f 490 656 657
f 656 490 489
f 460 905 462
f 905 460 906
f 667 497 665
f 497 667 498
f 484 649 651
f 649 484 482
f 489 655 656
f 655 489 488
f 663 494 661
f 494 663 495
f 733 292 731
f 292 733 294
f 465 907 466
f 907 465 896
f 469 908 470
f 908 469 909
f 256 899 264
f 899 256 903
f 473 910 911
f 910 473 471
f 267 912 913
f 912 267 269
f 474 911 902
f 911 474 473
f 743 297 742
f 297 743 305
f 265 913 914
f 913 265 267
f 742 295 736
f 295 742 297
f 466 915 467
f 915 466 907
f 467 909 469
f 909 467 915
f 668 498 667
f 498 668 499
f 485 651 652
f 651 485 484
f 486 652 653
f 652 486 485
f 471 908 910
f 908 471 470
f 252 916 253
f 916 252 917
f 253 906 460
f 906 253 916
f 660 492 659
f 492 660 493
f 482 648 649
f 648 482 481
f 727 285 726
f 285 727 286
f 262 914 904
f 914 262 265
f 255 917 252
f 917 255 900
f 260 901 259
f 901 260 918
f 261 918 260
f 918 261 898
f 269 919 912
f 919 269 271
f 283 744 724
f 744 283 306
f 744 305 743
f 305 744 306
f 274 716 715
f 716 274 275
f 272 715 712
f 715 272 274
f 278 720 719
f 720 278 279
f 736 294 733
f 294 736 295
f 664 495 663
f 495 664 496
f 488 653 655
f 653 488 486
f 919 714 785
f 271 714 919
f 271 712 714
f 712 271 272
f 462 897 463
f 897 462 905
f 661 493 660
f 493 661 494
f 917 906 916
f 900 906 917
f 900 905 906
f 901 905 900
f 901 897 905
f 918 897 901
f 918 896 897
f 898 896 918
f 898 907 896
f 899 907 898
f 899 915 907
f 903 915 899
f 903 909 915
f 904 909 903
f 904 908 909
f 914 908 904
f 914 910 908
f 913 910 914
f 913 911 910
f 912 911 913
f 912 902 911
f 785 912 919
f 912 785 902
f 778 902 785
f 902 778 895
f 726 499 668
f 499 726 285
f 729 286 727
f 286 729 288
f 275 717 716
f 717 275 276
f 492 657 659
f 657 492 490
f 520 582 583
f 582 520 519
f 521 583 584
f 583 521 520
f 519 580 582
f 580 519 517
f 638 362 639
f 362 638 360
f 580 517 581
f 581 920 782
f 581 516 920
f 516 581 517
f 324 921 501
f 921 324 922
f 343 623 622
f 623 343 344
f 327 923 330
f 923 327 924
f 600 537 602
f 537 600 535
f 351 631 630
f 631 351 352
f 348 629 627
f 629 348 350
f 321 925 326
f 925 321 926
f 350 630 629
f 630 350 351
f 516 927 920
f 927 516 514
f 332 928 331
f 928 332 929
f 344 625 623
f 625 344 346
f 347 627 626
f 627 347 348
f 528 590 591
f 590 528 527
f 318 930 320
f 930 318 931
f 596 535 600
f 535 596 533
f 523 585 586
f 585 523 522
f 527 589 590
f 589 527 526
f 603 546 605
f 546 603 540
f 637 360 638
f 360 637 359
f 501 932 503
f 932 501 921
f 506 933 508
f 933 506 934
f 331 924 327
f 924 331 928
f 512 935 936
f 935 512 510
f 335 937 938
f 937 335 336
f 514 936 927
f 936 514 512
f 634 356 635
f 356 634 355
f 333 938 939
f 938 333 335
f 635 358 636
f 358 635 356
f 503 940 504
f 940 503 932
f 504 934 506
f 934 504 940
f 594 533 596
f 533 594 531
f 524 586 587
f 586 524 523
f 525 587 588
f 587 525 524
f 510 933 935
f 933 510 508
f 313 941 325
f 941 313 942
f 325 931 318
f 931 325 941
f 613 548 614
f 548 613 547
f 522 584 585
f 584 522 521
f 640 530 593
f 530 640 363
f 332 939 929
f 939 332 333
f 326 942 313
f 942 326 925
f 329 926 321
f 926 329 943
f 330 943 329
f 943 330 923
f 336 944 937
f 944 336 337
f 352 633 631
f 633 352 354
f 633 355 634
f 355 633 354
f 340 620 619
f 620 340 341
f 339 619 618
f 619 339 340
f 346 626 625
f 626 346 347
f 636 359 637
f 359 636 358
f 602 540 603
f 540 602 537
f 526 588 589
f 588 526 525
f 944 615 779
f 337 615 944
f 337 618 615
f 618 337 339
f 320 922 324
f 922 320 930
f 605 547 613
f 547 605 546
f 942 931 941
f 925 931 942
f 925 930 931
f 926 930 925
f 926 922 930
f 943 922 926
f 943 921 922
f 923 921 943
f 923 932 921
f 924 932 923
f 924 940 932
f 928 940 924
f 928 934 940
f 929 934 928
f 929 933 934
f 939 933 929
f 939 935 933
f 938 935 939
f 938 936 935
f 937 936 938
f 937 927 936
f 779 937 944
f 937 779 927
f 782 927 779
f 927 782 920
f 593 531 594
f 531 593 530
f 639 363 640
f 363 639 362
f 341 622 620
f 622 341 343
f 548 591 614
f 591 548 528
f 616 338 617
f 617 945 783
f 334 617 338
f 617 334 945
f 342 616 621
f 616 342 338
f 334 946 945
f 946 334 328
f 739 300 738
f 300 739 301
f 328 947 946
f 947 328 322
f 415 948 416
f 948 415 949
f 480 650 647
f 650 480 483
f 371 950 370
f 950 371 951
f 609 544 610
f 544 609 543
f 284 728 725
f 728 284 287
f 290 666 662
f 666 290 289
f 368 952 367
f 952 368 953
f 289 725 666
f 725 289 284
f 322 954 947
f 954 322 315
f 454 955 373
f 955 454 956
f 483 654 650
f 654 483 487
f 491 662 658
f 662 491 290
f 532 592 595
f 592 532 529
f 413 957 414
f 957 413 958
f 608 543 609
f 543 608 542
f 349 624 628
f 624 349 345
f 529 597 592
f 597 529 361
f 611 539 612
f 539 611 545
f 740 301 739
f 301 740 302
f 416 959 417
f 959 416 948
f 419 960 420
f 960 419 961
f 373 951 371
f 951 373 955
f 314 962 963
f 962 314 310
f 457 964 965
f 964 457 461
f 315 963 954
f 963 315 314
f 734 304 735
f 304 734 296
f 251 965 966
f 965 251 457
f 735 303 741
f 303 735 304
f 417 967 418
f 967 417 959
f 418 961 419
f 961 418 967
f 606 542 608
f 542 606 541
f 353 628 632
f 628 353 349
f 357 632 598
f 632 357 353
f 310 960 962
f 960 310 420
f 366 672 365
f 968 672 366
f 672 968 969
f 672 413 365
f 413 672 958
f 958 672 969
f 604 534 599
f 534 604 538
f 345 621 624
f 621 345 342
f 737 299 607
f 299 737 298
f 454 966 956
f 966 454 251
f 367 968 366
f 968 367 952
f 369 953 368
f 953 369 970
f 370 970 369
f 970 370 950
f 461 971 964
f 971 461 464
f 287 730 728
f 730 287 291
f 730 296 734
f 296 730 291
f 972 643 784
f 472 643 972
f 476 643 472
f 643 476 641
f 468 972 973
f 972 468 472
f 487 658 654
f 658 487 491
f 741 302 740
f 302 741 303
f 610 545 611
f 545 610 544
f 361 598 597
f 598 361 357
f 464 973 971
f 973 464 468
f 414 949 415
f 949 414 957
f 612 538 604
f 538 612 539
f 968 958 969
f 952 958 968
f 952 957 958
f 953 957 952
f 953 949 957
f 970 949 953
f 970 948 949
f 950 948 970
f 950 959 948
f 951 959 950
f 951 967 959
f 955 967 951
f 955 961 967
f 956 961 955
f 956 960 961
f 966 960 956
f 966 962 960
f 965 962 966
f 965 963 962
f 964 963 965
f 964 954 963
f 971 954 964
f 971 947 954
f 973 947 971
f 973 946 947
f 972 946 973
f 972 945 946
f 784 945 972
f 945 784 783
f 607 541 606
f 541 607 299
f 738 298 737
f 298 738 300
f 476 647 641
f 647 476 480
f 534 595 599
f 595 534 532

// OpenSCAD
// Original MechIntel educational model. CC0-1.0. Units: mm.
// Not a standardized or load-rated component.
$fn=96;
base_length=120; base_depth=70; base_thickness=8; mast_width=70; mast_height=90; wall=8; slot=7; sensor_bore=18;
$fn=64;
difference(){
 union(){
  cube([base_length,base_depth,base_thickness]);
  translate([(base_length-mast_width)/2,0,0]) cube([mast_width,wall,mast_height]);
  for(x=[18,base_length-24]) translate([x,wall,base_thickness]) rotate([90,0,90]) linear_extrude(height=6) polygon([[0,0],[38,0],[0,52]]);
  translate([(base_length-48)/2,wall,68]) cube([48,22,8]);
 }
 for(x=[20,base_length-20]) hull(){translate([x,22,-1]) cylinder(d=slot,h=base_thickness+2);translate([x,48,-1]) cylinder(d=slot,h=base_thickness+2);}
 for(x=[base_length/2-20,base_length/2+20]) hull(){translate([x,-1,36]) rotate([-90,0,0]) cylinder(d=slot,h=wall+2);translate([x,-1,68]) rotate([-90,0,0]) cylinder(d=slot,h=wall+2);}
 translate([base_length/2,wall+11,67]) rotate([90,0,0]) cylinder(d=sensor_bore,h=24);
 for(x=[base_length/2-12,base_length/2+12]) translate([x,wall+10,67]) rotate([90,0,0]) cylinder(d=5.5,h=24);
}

☆ ☆ ☆ ☆ ☆ ☆ ☆

## What the exercise asks
For the material above, reproduce exactly the lines from the line with "f 347 627 626" to the line with "f 613 548 614", inclusive, and exclude all others.

## Exercise output
f 347 627 626
f 627 347 348
f 528 590 591
f 590 528 527
f 318 930 320
f 930 318 931
f 596 535 600
f 535 596 533
f 523 585 586
f 585 523 522
f 527 589 590
f 589 527 526
f 603 546 605
f 546 603 540
f 637 360 638
f 360 637 359
f 501 932 503
f 932 501 921
f 506 933 508
f 933 506 934
f 331 924 327
f 924 331 928
f 512 935 936
f 935 512 510
f 335 937 938
f 937 335 336
f 514 936 927
f 936 514 512
f 634 356 635
f 356 634 355
f 333 938 939
f 938 333 335
f 635 358 636
f 358 635 356
f 503 940 504
f 940 503 932
f 504 934 506
f 934 504 940
f 594 533 596
f 533 594 531
f 524 586 587
f 586 524 523
f 525 587 588
f 587 525 524
f 510 933 935
f 933 510 508
f 313 941 325
f 941 313 942
f 325 931 318
f 931 325 941
f 613 548 614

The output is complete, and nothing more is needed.